[Your assignment] Your answer should be only the lines below from the one with "#119=EDGE_CURVE('',#109,#116,#118,.T.);" to the one with "#139=CARTESIAN_POINT('',(152.4,-76.2,0.));", repeated exactly, ends included.

[Given records]
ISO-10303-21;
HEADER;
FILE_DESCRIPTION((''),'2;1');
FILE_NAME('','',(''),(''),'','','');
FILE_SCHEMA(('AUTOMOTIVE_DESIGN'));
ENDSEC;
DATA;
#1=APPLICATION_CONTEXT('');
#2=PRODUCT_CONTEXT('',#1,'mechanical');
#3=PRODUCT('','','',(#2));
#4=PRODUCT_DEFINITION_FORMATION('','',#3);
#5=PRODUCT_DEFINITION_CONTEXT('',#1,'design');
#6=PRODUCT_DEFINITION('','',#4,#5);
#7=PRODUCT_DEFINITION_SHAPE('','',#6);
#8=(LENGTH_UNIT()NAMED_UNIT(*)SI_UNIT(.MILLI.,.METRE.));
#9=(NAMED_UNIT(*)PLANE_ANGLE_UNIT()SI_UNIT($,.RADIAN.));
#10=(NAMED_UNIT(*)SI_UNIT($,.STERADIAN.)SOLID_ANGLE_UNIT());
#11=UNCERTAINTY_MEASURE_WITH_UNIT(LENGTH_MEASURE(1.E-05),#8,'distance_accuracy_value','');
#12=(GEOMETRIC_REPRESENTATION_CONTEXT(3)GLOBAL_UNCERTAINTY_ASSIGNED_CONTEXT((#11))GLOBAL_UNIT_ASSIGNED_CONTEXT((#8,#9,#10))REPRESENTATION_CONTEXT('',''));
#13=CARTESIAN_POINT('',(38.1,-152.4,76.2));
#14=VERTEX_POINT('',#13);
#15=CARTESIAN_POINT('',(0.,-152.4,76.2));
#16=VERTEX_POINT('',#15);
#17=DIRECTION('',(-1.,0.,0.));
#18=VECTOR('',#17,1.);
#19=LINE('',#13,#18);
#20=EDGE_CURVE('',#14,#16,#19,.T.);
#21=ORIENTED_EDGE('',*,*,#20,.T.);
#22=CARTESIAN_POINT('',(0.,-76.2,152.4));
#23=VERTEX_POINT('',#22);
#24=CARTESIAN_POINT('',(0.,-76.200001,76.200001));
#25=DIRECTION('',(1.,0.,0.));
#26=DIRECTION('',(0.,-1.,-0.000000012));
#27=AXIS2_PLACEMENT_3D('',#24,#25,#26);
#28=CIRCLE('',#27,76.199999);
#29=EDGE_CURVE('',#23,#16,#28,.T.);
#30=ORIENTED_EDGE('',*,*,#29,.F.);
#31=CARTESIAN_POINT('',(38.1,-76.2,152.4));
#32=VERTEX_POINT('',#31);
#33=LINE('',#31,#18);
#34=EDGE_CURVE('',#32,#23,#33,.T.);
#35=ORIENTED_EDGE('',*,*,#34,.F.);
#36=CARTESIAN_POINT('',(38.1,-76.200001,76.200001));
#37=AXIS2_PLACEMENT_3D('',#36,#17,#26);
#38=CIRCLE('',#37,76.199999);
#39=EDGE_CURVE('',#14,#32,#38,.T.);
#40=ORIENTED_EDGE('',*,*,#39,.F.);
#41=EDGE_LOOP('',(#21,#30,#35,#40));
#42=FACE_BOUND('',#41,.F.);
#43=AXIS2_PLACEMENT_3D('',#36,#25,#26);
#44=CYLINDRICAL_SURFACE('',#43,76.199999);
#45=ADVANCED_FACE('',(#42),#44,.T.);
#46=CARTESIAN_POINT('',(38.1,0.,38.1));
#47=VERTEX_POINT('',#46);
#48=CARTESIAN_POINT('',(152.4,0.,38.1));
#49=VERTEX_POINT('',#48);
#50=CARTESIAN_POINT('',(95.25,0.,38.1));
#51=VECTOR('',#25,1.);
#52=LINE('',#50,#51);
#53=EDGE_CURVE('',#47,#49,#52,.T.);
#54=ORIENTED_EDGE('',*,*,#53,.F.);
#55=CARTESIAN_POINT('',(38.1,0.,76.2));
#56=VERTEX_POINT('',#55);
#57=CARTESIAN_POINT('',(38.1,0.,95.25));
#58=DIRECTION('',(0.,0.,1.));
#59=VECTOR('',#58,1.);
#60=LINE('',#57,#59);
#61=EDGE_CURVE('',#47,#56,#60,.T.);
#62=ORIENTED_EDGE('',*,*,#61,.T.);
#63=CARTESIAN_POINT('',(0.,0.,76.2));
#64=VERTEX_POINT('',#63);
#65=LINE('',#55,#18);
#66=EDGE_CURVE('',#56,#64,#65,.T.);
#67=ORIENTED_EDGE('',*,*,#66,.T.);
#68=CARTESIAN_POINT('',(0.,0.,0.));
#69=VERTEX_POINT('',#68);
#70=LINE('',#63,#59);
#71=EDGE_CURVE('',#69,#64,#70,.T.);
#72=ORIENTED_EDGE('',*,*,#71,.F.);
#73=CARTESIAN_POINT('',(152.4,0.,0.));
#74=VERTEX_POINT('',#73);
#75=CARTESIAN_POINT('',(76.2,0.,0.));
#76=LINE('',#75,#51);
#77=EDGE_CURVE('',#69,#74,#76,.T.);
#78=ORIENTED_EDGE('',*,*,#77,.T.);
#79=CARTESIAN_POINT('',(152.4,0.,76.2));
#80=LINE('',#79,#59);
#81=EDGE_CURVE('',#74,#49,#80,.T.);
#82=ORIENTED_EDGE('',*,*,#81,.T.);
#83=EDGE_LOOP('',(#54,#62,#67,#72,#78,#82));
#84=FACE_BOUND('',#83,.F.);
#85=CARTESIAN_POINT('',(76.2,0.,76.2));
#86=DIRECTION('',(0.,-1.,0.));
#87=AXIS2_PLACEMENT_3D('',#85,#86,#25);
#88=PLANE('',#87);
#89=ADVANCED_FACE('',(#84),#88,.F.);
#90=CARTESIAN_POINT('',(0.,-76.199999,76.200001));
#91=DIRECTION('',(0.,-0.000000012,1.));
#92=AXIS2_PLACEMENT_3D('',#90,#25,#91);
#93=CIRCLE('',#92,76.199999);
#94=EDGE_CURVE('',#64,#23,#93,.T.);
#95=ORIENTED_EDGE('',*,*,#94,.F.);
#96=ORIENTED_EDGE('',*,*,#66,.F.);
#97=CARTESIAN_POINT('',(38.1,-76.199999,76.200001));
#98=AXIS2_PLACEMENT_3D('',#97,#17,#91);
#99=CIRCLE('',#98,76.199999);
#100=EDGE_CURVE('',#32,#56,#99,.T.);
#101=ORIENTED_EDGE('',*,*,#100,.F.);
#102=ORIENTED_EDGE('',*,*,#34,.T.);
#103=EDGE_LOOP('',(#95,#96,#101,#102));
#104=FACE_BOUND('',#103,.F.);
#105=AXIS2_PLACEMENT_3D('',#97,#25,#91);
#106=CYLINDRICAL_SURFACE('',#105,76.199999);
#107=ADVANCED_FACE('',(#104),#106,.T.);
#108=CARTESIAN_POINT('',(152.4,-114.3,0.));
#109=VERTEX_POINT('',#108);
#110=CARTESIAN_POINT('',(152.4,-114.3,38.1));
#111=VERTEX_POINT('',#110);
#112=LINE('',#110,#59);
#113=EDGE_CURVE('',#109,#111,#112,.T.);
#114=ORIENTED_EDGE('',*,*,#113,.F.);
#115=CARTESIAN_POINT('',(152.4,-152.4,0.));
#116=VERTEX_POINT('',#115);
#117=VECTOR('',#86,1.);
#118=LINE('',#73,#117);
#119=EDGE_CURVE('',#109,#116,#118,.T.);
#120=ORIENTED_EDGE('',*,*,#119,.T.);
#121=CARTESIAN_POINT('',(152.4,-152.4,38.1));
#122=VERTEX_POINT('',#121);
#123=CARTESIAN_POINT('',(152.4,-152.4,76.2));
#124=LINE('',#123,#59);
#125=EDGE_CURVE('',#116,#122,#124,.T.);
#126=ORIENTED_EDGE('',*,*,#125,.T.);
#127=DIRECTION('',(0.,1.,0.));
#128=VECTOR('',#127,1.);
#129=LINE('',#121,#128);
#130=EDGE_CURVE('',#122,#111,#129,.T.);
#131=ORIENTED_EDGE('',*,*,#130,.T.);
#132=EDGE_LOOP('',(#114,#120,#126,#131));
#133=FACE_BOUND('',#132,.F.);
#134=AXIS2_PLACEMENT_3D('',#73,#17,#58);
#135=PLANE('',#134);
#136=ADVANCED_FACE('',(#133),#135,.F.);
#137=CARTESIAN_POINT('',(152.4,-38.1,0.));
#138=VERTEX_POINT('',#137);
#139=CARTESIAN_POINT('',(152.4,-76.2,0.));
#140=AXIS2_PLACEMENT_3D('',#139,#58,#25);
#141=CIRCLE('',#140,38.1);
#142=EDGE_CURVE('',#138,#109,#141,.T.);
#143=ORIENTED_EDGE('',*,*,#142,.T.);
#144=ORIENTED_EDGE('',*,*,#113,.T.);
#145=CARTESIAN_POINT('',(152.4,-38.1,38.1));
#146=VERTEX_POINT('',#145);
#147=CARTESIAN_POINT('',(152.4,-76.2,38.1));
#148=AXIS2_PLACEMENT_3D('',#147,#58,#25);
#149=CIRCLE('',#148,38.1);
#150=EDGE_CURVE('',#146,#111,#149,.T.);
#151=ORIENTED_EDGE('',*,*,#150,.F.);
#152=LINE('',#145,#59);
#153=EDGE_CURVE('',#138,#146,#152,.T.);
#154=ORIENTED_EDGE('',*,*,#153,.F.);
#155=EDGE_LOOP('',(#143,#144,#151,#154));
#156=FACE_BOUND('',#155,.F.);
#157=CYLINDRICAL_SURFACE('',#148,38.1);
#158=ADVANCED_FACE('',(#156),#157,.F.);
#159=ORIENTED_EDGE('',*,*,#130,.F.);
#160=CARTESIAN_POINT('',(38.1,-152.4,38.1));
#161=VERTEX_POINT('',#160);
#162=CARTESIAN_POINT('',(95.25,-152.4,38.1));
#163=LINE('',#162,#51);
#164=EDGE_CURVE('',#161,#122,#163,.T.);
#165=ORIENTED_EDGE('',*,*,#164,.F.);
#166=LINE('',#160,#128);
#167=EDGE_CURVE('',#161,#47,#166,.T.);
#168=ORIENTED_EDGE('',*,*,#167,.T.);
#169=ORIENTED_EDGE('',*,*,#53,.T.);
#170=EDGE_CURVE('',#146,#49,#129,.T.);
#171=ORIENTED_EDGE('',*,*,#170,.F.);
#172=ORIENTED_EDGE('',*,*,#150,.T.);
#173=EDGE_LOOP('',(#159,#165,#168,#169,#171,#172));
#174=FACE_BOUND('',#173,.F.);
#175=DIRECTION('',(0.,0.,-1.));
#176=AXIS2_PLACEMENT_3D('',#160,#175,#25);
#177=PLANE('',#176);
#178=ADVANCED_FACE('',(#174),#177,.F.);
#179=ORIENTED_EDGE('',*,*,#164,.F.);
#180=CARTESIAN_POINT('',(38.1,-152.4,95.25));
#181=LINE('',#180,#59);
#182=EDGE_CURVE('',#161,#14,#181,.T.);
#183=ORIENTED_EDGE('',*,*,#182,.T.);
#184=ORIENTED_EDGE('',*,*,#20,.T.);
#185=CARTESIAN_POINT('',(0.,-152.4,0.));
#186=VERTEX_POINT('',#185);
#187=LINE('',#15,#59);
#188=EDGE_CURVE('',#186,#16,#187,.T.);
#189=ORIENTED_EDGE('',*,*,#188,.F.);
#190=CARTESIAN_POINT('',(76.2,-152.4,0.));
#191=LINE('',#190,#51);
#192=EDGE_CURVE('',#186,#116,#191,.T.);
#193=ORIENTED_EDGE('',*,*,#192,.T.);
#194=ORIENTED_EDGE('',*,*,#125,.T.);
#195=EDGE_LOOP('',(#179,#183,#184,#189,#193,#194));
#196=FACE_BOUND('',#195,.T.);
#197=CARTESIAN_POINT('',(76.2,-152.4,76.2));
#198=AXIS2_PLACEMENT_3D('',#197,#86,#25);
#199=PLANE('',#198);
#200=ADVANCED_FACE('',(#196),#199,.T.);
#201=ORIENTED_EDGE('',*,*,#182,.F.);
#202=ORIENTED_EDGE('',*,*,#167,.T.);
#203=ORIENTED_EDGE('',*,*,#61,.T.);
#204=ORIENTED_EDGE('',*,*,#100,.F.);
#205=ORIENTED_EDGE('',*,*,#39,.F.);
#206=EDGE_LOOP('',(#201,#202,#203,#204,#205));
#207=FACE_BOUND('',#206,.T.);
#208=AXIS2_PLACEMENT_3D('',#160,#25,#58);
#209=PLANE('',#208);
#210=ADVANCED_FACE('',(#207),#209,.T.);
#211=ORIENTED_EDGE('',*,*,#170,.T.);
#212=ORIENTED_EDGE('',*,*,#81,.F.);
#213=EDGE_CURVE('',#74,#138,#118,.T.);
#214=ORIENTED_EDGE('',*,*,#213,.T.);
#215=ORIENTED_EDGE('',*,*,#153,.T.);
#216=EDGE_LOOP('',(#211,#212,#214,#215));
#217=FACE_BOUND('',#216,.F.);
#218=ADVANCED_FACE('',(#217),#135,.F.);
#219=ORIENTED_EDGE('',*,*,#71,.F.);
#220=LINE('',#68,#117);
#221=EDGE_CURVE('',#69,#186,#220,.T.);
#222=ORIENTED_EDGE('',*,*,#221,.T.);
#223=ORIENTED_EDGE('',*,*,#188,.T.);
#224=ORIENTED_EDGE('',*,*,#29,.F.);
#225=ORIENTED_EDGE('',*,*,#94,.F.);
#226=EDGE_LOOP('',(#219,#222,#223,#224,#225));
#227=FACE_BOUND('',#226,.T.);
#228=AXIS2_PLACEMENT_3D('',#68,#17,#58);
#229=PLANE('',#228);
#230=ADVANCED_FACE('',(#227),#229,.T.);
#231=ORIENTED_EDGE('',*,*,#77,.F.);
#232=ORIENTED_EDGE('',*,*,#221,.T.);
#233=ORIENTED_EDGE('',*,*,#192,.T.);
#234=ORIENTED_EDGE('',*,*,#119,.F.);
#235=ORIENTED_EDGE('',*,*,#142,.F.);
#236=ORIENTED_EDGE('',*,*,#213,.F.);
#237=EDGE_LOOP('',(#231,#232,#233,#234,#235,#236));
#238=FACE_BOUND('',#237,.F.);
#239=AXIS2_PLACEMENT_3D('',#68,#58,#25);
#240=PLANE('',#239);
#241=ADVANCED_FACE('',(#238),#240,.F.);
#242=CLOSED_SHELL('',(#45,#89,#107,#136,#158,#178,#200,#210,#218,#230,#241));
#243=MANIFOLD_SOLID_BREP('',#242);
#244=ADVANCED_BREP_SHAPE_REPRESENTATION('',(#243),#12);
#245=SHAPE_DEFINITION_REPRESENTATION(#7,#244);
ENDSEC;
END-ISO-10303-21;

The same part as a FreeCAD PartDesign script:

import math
import FreeCAD as App
import Part
import Sketcher
Q = App.Units.Quantity


def add_polygon(sketch, points):
    """Adds a closed chain of lines whose ends are joined by coincident constraints."""
    first, n = sketch.GeometryCount, len(points)
    for a, b in zip(points, points[1:] + points[:1]):
        sketch.addGeometry(Part.LineSegment(App.Vector(*a, 0), App.Vector(*b, 0)), False)
    for i in range(n):
        sketch.addConstraint(Sketcher.Constraint("Coincident", first + i, 2, first + (i + 1) % n, 1))

doc = App.newDocument("Part")
body = doc.addObject("PartDesign::Body", "Body")

sketch1 = doc.addObject("Sketcher::SketchObject", "Sketch")
body.addObject(sketch1)
sketch1.AttachmentSupport = (doc.XZ_Plane, [""])
sketch1.MapMode = "FlatFace"
add_polygon(sketch1, [(0, 152.4), (0, 0), (152.4, 0), (152.4, 152.4)])
sketch1.addConstraint(Sketcher.Constraint("Vertical", 0))
sketch1.addConstraint(Sketcher.Constraint("Horizontal", 1))
sketch1.addConstraint(Sketcher.Constraint("Vertical", 2))
sketch1.addConstraint(Sketcher.Constraint("Horizontal", 3))
sketch1.addConstraint(Sketcher.Constraint("Coincident", 0, 2, -1, 1))
sketch1.addConstraint(Sketcher.Constraint("Equal", 3, 0))
sketch1.addConstraint(Sketcher.Constraint("DistanceX", 1, 1, 1, 2, Q("6 in")))
pad1 = doc.addObject("PartDesign::Pad", "Pad")
body.addObject(pad1)
pad1.Profile = sketch1
pad1.Length = Q("6 in")

sketch2 = doc.addObject("Sketcher::SketchObject", "Sketch001")
body.addObject(sketch2)
sketch2.AttachmentSupport = (doc.XZ_Plane, [""])
sketch2.MapMode = "FlatFace"
sketch2.AttachmentOffset = App.Placement(App.Vector(0, 0, 6 * 25.4), App.Rotation())
add_polygon(sketch2, [(38.1, 152.4), (38.1, 38.1), (152.4, 38.1), (152.4, 152.4)])
sketch2.addConstraint(Sketcher.Constraint("Vertical", 0))
sketch2.addConstraint(Sketcher.Constraint("Horizontal", 1))
sketch2.addConstraint(Sketcher.Constraint("Vertical", 2))
sketch2.addConstraint(Sketcher.Constraint("Horizontal", 3))
sketch2.addConstraint(Sketcher.Constraint("Equal", 3, 0))
sketch2.addConstraint(Sketcher.Constraint("DistanceX", 1, 1, 1, 2, Q("4.5 in")))
sketch2.addConstraint(Sketcher.Constraint("DistanceX", -1, 1, 1, 2, Q("6 in")))
sketch2.addConstraint(Sketcher.Constraint("DistanceY", -1, 1, 2, 2, Q("6 in")))
pocket1 = doc.addObject("PartDesign::Pocket", "Pocket")
body.addObject(pocket1)
pocket1.Profile = sketch2
pocket1.Length = Q("6 in")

[Task output]
#119=EDGE_CURVE('',#109,#116,#118,.T.);
#120=ORIENTED_EDGE('',*,*,#119,.T.);
#121=CARTESIAN_POINT('',(152.4,-152.4,38.1));
#122=VERTEX_POINT('',#121);
#123=CARTESIAN_POINT('',(152.4,-152.4,76.2));
#124=LINE('',#123,#59);
#125=EDGE_CURVE('',#116,#122,#124,.T.);
#126=ORIENTED_EDGE('',*,*,#125,.T.);
#127=DIRECTION('',(0.,1.,0.));
#128=VECTOR('',#127,1.);
#129=LINE('',#121,#128);
#130=EDGE_CURVE('',#122,#111,#129,.T.);
#131=ORIENTED_EDGE('',*,*,#130,.T.);
#132=EDGE_LOOP('',(#114,#120,#126,#131));
#133=FACE_BOUND('',#132,.F.);
#134=AXIS2_PLACEMENT_3D('',#73,#17,#58);
#135=PLANE('',#134);
#136=ADVANCED_FACE('',(#133),#135,.F.);
#137=CARTESIAN_POINT('',(152.4,-38.1,0.));
#138=VERTEX_POINT('',#137);
#139=CARTESIAN_POINT('',(152.4,-76.2,0.));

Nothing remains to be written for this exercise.